As established use cases migrate to lighter models, fresh use cases keep emerging. The result? Overall spending on frontier models remains largely stable.

Zhang doesn’t provide much data to back his claim, but it isn’t hard to find. Vercel’s AI gateway dashboard shows that, over the past week alone, DeepSeek has surged into the lead for token volumes, now processing just over a third of all tokens flowing through the company’s infrastructure. Z.ai, the lab behind the popular GLM-5.2 model, jumped to a respectable fourth place over the same period.

But scroll down to total token spend, and a different story emerges. Anthropic still accounts for more than half of all AI spending on the platform.
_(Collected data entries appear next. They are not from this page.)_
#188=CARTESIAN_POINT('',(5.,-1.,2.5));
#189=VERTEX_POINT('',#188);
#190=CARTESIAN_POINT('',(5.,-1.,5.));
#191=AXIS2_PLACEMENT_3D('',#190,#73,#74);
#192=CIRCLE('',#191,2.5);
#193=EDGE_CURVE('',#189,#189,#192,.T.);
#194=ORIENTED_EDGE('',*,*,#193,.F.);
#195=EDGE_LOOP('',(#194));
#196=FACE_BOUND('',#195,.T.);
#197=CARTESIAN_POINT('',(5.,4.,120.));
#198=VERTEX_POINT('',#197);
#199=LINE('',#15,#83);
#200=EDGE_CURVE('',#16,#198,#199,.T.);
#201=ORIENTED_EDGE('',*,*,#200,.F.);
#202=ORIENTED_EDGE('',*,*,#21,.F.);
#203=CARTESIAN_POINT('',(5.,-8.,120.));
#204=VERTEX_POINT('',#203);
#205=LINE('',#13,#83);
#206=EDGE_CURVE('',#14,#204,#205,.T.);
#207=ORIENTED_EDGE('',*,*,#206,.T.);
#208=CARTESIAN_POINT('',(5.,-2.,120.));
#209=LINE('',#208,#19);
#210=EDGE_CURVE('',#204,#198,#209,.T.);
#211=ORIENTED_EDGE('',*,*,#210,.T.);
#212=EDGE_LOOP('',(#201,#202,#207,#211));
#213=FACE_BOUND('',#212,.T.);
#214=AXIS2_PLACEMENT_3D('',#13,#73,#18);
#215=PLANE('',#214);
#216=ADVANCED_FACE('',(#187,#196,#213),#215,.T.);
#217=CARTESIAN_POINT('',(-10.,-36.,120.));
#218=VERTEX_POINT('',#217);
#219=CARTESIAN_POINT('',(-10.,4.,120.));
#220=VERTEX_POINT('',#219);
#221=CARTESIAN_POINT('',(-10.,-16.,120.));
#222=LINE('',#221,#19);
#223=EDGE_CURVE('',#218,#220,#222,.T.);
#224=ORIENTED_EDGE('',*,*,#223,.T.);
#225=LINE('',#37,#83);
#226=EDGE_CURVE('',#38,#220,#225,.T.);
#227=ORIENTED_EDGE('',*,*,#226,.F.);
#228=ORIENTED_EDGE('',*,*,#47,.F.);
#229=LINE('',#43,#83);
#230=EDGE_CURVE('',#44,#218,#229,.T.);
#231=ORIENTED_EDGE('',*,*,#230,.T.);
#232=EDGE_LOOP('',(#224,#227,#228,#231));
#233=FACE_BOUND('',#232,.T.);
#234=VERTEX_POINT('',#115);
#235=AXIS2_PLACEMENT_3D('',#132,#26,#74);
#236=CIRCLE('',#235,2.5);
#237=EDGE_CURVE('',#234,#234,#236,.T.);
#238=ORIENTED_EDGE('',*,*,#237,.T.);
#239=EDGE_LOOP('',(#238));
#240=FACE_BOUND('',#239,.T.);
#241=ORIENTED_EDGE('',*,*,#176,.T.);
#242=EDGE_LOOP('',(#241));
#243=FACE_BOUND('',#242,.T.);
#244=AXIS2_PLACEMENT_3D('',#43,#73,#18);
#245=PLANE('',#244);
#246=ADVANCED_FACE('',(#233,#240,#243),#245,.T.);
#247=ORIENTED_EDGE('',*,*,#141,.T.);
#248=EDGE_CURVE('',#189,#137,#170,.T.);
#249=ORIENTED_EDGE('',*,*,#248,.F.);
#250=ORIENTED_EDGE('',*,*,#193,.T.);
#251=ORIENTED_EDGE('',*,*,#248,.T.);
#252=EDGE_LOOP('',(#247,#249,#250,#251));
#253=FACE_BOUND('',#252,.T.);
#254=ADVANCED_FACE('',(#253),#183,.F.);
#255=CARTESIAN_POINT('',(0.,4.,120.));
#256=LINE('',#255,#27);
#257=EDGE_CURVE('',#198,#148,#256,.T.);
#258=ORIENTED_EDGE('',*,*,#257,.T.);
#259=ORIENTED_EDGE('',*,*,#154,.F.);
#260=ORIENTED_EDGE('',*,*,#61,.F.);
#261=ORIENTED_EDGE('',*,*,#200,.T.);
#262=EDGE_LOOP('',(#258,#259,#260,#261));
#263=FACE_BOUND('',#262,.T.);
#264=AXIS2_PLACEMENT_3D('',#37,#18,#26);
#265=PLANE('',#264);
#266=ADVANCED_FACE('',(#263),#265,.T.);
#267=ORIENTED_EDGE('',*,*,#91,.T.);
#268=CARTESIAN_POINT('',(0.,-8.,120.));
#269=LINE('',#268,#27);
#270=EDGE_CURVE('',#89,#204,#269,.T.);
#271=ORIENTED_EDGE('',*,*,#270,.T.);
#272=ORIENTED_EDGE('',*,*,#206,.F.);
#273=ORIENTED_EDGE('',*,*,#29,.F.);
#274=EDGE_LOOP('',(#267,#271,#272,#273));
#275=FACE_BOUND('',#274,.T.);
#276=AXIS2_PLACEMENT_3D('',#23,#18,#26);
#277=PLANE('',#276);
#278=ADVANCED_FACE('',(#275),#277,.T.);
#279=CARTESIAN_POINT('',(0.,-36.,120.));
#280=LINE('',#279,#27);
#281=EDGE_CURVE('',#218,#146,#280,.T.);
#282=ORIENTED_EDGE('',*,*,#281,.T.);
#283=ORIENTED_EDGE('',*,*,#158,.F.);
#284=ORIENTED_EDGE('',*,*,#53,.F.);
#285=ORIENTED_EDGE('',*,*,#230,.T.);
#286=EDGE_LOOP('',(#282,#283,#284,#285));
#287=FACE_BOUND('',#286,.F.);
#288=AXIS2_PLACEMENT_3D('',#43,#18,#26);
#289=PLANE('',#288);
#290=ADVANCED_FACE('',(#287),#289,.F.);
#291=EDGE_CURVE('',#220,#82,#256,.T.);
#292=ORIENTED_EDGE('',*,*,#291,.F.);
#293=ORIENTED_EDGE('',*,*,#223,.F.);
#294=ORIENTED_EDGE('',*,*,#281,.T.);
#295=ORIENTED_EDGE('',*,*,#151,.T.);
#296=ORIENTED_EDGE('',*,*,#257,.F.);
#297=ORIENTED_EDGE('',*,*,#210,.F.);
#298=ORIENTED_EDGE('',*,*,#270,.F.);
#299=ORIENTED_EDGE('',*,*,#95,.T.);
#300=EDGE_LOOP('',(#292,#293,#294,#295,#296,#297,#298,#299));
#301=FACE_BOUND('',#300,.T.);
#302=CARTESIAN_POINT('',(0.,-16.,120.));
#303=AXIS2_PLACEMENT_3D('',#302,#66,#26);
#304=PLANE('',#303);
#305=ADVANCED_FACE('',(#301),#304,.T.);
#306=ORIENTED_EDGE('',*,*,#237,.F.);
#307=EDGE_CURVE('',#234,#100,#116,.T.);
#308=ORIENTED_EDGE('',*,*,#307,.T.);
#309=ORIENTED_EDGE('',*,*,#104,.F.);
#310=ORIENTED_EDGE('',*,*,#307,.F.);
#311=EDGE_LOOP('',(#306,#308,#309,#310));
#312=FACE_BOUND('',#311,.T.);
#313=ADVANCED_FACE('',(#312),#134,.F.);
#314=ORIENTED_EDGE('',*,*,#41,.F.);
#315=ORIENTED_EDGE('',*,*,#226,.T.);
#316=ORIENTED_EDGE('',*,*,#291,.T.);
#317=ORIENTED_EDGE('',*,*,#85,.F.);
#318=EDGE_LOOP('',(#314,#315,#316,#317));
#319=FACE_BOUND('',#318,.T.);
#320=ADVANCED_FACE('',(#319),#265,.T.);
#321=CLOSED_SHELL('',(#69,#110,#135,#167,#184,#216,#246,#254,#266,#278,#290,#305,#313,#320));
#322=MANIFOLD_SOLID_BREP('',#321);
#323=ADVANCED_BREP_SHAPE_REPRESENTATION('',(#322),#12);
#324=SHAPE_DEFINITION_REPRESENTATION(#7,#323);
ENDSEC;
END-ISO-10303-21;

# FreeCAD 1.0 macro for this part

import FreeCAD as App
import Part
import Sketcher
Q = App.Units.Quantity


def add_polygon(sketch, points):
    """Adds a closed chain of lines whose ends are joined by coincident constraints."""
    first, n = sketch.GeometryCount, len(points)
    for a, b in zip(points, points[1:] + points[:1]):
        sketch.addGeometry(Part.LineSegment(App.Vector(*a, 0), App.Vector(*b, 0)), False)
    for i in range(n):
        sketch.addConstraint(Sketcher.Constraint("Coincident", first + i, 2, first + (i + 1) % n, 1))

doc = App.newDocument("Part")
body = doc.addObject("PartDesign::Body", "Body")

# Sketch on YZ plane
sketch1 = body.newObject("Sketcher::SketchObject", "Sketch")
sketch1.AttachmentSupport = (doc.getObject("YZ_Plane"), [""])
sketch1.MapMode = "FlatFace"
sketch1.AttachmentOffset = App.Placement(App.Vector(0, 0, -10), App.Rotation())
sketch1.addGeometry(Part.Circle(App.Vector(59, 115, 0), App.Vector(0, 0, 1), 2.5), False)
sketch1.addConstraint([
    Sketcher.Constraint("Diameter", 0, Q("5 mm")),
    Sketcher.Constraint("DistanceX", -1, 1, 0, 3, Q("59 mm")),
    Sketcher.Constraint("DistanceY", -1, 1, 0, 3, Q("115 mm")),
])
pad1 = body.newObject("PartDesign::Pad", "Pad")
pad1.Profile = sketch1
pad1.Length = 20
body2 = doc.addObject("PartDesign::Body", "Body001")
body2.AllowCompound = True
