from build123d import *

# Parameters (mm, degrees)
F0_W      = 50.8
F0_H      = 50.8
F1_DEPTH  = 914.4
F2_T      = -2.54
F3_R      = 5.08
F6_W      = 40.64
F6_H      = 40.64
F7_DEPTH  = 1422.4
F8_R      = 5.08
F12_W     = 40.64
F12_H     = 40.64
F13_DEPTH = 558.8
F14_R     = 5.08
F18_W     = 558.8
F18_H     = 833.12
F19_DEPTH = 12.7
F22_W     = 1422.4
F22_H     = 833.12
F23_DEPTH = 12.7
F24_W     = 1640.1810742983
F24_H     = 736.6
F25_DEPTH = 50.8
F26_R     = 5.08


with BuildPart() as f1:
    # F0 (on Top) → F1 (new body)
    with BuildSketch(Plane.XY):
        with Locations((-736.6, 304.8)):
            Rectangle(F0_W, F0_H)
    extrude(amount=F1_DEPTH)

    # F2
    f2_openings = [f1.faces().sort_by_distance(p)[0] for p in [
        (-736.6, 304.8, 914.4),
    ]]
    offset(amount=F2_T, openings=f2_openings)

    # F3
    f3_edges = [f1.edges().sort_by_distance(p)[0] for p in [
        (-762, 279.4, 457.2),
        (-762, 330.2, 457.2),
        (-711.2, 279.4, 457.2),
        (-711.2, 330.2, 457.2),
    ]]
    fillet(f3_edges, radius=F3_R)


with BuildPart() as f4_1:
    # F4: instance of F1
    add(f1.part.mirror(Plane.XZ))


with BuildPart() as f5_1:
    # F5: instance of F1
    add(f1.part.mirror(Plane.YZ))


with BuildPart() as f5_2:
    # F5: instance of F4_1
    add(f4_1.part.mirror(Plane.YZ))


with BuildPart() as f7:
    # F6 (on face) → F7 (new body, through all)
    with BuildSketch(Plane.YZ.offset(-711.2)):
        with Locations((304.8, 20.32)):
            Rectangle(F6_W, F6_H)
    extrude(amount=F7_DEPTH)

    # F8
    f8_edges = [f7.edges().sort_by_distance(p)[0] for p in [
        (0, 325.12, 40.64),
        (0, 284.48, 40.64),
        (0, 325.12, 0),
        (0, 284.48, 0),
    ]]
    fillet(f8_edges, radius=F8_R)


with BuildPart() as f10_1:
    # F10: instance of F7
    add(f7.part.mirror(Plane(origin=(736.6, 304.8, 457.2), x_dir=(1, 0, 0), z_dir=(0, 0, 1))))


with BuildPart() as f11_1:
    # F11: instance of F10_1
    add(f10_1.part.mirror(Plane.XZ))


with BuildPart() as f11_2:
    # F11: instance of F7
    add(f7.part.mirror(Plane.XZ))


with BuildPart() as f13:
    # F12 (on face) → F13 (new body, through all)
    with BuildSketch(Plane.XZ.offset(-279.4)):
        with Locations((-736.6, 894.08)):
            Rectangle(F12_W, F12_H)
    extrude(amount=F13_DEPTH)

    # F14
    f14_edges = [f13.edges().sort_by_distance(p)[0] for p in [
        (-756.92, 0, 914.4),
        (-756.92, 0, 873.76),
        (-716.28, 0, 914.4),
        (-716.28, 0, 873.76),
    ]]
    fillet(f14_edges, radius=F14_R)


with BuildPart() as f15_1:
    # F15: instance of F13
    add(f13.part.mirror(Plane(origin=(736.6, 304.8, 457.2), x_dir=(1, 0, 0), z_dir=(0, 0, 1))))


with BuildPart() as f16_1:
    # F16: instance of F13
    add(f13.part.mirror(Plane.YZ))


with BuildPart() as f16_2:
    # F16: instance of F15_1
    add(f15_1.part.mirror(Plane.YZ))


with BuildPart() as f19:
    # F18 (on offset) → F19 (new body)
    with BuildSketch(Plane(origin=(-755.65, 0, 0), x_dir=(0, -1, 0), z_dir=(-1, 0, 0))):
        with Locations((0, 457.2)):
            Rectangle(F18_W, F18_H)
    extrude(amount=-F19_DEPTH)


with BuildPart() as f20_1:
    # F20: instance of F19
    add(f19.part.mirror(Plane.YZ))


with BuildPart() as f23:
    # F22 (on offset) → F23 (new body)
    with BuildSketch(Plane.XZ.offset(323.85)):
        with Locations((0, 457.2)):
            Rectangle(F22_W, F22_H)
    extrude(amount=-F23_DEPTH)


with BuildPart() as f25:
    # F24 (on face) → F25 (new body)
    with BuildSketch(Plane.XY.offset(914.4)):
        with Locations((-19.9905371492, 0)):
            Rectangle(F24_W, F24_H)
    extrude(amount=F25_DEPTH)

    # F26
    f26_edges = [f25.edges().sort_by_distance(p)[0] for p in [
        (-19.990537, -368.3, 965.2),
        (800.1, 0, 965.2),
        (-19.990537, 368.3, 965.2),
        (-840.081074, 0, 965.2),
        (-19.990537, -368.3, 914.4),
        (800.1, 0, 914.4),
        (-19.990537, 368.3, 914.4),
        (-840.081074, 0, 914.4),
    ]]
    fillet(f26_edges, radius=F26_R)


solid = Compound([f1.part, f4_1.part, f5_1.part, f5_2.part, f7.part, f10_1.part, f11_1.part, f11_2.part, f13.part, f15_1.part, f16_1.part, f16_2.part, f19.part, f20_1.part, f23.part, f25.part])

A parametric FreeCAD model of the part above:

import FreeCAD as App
import Part
import Sketcher
from FreeCAD import Vector
Q = App.Units.Quantity


def edges_at(feature, points):
    """Names of the edges that pass closest to the given points."""
    edges = feature.Shape.Edges
    near = lambda p: min(range(len(edges)), key=lambda i: edges[i].distToShape(Part.Vertex(*p))[0])
    return sorted({f"Edge{near(p) + 1}" for p in points})


def faces_at(feature, points):
    """Names of the faces that lie closest to the given points."""
    faces = feature.Shape.Faces
    near = lambda p: min(range(len(faces)), key=lambda i: faces[i].distToShape(Part.Vertex(*p))[0])
    return sorted({f"Face{near(p) + 1}" for p in points})

doc = App.newDocument("Part")
body = doc.addObject("PartDesign::Body", "Body")

sketch1 = body.newObject("Sketcher::SketchObject", "Sketch")
sketch1.AttachmentSupport = (doc.getObject("XY_Plane"), [""])
sketch1.MapMode = "FlatFace"
sketch1.addGeometry([
    Part.LineSegment(Vector(-762, 330, 0), Vector(-762, 279, 0)),
    Part.LineSegment(Vector(-762, 279, 0), Vector(-711, 279, 0)),
    Part.LineSegment(Vector(-711, 279, 0), Vector(-711, 330, 0)),
    Part.LineSegment(Vector(-711, 330, 0), Vector(-762, 330, 0)),
], False)
sketch1.addConstraint([
    Sketcher.Constraint("Coincident", 0, 2, 1, 1),
    Sketcher.Constraint("Coincident", 1, 2, 2, 1),
    Sketcher.Constraint("Coincident", 2, 2, 3, 1),
    Sketcher.Constraint("Coincident", 3, 2, 0, 1),
    Sketcher.Constraint("Vertical", 0),
    Sketcher.Constraint("Horizontal", 1),
    Sketcher.Constraint("Vertical", 2),
    Sketcher.Constraint("Horizontal", 3),
    Sketcher.Constraint("Equal", 3, 0),
    Sketcher.Constraint("DistanceX", 1, 1, 1, 2, Q("2 in")),
    Sketcher.Constraint("DistanceX", 0, 2, -1, 1, Q("30 in")),
    Sketcher.Constraint("DistanceY", -1, 1, 0, 2, Q("11 in")),
])
pad1 = body.newObject("PartDesign::Pad", "Pad")
pad1.Profile = sketch1
pad1.Length = Q("36 in")
doc.recompute()

thickness = body.newObject("PartDesign::Thickness", "Thickness")
thickness.Base = (pad1, faces_at(pad1, [(-736.6, 304.8, 914.4)]))
thickness.Value = Q("0.1 in")
thickness.Reversed = True
thickness.Join = "Arc"
doc.recompute()

fillet = body.newObject("PartDesign::Fillet", "Fillet")
fillet.Base = (thickness, edges_at(thickness, [
    (-762, 279.4, 457.2),
    (-762, 330.2, 457.2),
    (-711.2, 279.4, 457.2),
    (-711.2, 330.2, 457.2),
]))
fillet.Radius = Q("0.2 in")
body2 = doc.addObject("PartDesign::Body", "Body001")
doc.recompute()

mirroring = doc.addObject("Part::Mirroring", "Mirroring")
mirroring.Source = body
mirroring.Base = Vector(0, 0, 0)
mirroring.Normal = Vector(0, -1, 0)
body2.BaseFeature = mirroring
doc.recompute()
body3 = doc.addObject("PartDesign::Body", "Body002")
doc.recompute()

mirroring2 = doc.addObject("Part::Mirroring", "Mirroring001")
mirroring2.Source = body
mirroring2.Base = Vector(0, 0, 0)
mirroring2.Normal = Vector(1, 0, 0)
body3.BaseFeature = mirroring2
doc.recompute()
body4 = doc.addObject("PartDesign::Body", "Body003")
doc.recompute()

mirroring3 = doc.addObject("Part::Mirroring", "Mirroring002")
mirroring3.Source = body2
mirroring3.Base = Vector(0, 0, 0)
mirroring3.Normal = Vector(1, 0, 0)
body4.BaseFeature = mirroring3
doc.recompute()
body5 = doc.addObject("PartDesign::Body", "Body004")

sketch2 = body5.newObject("Sketcher::SketchObject", "Sketch001")
sketch2.AttachmentSupport = (doc.getObject("YZ_Plane004"), [""])
sketch2.MapMode = "FlatFace"
sketch2.AttachmentOffset = App.Placement(Vector(0, 0, -28 * 25.4), App.Rotation())
sketch2.addGeometry([
    Part.LineSegment(Vector(284, 41, 0), Vector(284, 0, 0)),
    Part.LineSegment(Vector(284, 0, 0), Vector(325, 0, 0)),
    Part.LineSegment(Vector(325, 0, 0), Vector(325, 41, 0)),
    Part.LineSegment(Vector(325, 41, 0), Vector(284, 41, 0)),
], False)
sketch2.addConstraint([
    Sketcher.Constraint("Coincident", 0, 2, 1, 1),
    Sketcher.Constraint("Coincident", 1, 2, 2, 1),
    Sketcher.Constraint("Coincident", 2, 2, 3, 1),
    Sketcher.Constraint("Coincident", 3, 2, 0, 1),
    Sketcher.Constraint("Vertical", 0),
    Sketcher.Constraint("Horizontal", 1),
    Sketcher.Constraint("Vertical", 2),
    Sketcher.Constraint("Horizontal", 3),
    Sketcher.Constraint("PointOnObject", 0, 2, -1),
    Sketcher.Constraint("Equal", 3, 0),
    Sketcher.Constraint("DistanceX", 1, 1, 1, 2, Q("1.6 in")),
    Sketcher.Constraint("DistanceX", -1, 1, 0, 2, Q("11.2 in")),
])
pad2 = body5.newObject("PartDesign::Pad", "Pad001")
pad2.Profile = sketch2
pad2.Length = Q("56 in")
doc.recompute()

fillet2 = body5.newObject("PartDesign::Fillet", "Fillet001")
fillet2.Base = (pad2, edges_at(pad2, [
    (0, 325.12, 40.64),
    (0, 284.48, 40.64),
    (0, 325.12, 0),
    (0, 284.48, 0),
]))
fillet2.Radius = Q("0.2 in")
body6 = doc.addObject("PartDesign::Body", "Body005")
doc.recompute()

mirroring4 = doc.addObject("Part::Mirroring", "Mirroring003")
mirroring4.Source = body5
mirroring4.Base = Vector(736.6, 304.8, 457.2)
mirroring4.Normal = Vector(0, 0, 1)
body6.BaseFeature = mirroring4
doc.recompute()
body7 = doc.addObject("PartDesign::Body", "Body006")
doc.recompute()

mirroring5 = doc.addObject("Part::Mirroring", "Mirroring004")
mirroring5.Source = body6
mirroring5.Base = Vector(0, 0, 0)
mirroring5.Normal = Vector(0, -1, 0)
body7.BaseFeature = mirroring5
doc.recompute()
body8 = doc.addObject("PartDesign::Body", "Body007")
doc.recompute()

mirroring6 = doc.addObject("Part::Mirroring", "Mirroring005")
mirroring6.Source = body5
mirroring6.Base = Vector(0, 0, 0)
mirroring6.Normal = Vector(0, -1, 0)
body8.BaseFeature = mirroring6
doc.recompute()
body9 = doc.addObject("PartDesign::Body", "Body008")

sketch3 = body9.newObject("Sketcher::SketchObject", "Sketch002")
sketch3.AttachmentSupport = (doc.getObject("XZ_Plane008"), [""])
sketch3.MapMode = "FlatFace"
sketch3.AttachmentOffset = App.Placement(Vector(0, 0, -11 * 25.4), App.Rotation())
sketch3.addGeometry([
    Part.LineSegment(Vector(-757, 914, 0), Vector(-757, 874, 0)),
    Part.LineSegment(Vector(-757, 874, 0), Vector(-716, 874, 0)),
    Part.LineSegment(Vector(-716, 874, 0), Vector(-716, 914, 0)),
    Part.LineSegment(Vector(-716, 914, 0), Vector(-757, 914, 0)),
], False)
sketch3.addConstraint([
    Sketcher.Constraint("Coincident", 0, 2, 1, 1),
    Sketcher.Constraint("Coincident", 1, 2, 2, 1),
    Sketcher.Constraint("Coincident", 2, 2, 3, 1),
    Sketcher.Constraint("Coincident", 3, 2, 0, 1),
    Sketcher.Constraint("Vertical", 0),
    Sketcher.Constraint("Horizontal", 1),
    Sketcher.Constraint("Vertical", 2),
    Sketcher.Constraint("Horizontal", 3),
    Sketcher.Constraint("Equal", 3, 0),
    Sketcher.Constraint("DistanceX", 1, 1, 1, 2, Q("1.6 in")),
    Sketcher.Constraint("DistanceY", -1, 1, 2, 2, Q("36 in")),
    Sketcher.Constraint("DistanceX", 0, 2, -1, 1, Q("29.8 in")),
])
pad3 = body9.newObject("PartDesign::Pad", "Pad002")
pad3.Profile = sketch3
pad3.Length = Q("22 in")
doc.recompute()

fillet3 = body9.newObject("PartDesign::Fillet", "Fillet002")
fillet3.Base = (pad3, edges_at(pad3, [
    (-756.92, 0, 914.4),
    (-756.92, 0, 873.76),
    (-716.28, 0, 914.4),
    (-716.28, 0, 873.76),
]))
fillet3.Radius = Q("0.2 in")
body10 = doc.addObject("PartDesign::Body", "Body009")
doc.recompute()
While that share has dipped slightly over the past month due to Anthropic’s own rising prices, the decline is not significant.

OpenRouter tells a similar tale, capturing a larger though slightly less enterprise-focused segment of the market. DeepSeek V4 Flash leads in overall usage, processing 5.3 trillion tokens weekly. The most popular frontier model, Opus 4.8, handles just over 2 trillion. OpenRouter doesn’t rank models by total spend, but it reports the average token cost for Opus 4.8 is roughly 23 times higher than V4 Flash ($1.37 per million tokens versus just 6 cents). That suggests Opus still captures the lion’s share of spending.

These figures don’t even account for the newest arrival, Nvidia’s Nemotron, which is poised to leap to the front of the pack thanks to Nvidia’s strong connections and the model’s extreme adaptability.

While the data doesn’t fully prove Zhang’s point about AI lifecycles, it does show that frontier labs like Anthropic aren’t hurting much from the rise of open source,at least not yet. One explanation is that the market for AI-addressable tasks is growing so quickly that top models maintain their position simply by dominating early-stage deployments. As Zhang puts it, “The frontier labs will keep owning discovery. Open source will increasingly own production.” Another possibility is that many use cases are so difficult that they can’t be entirely replaced by cheaper alternatives.

Either way, this two-tiered economy of models may become a stable feature of the AI landscape.

As recently as last September, I wrote about the possibility that foundation labs would end up selling coffee beans to Starbucks,serving as commodity inputs while the application layer reaped the rewards. Some of that prediction came true. Vertical AI plays switched to lighter models, and the economics of “GPT wrapper” startups have remained mostly stable.

But we’re also seeing that, token for token, frontier providers have held on to the most desirable part of the marketplace: the premium token price. And that doesn’t seem likely to change anytime soon.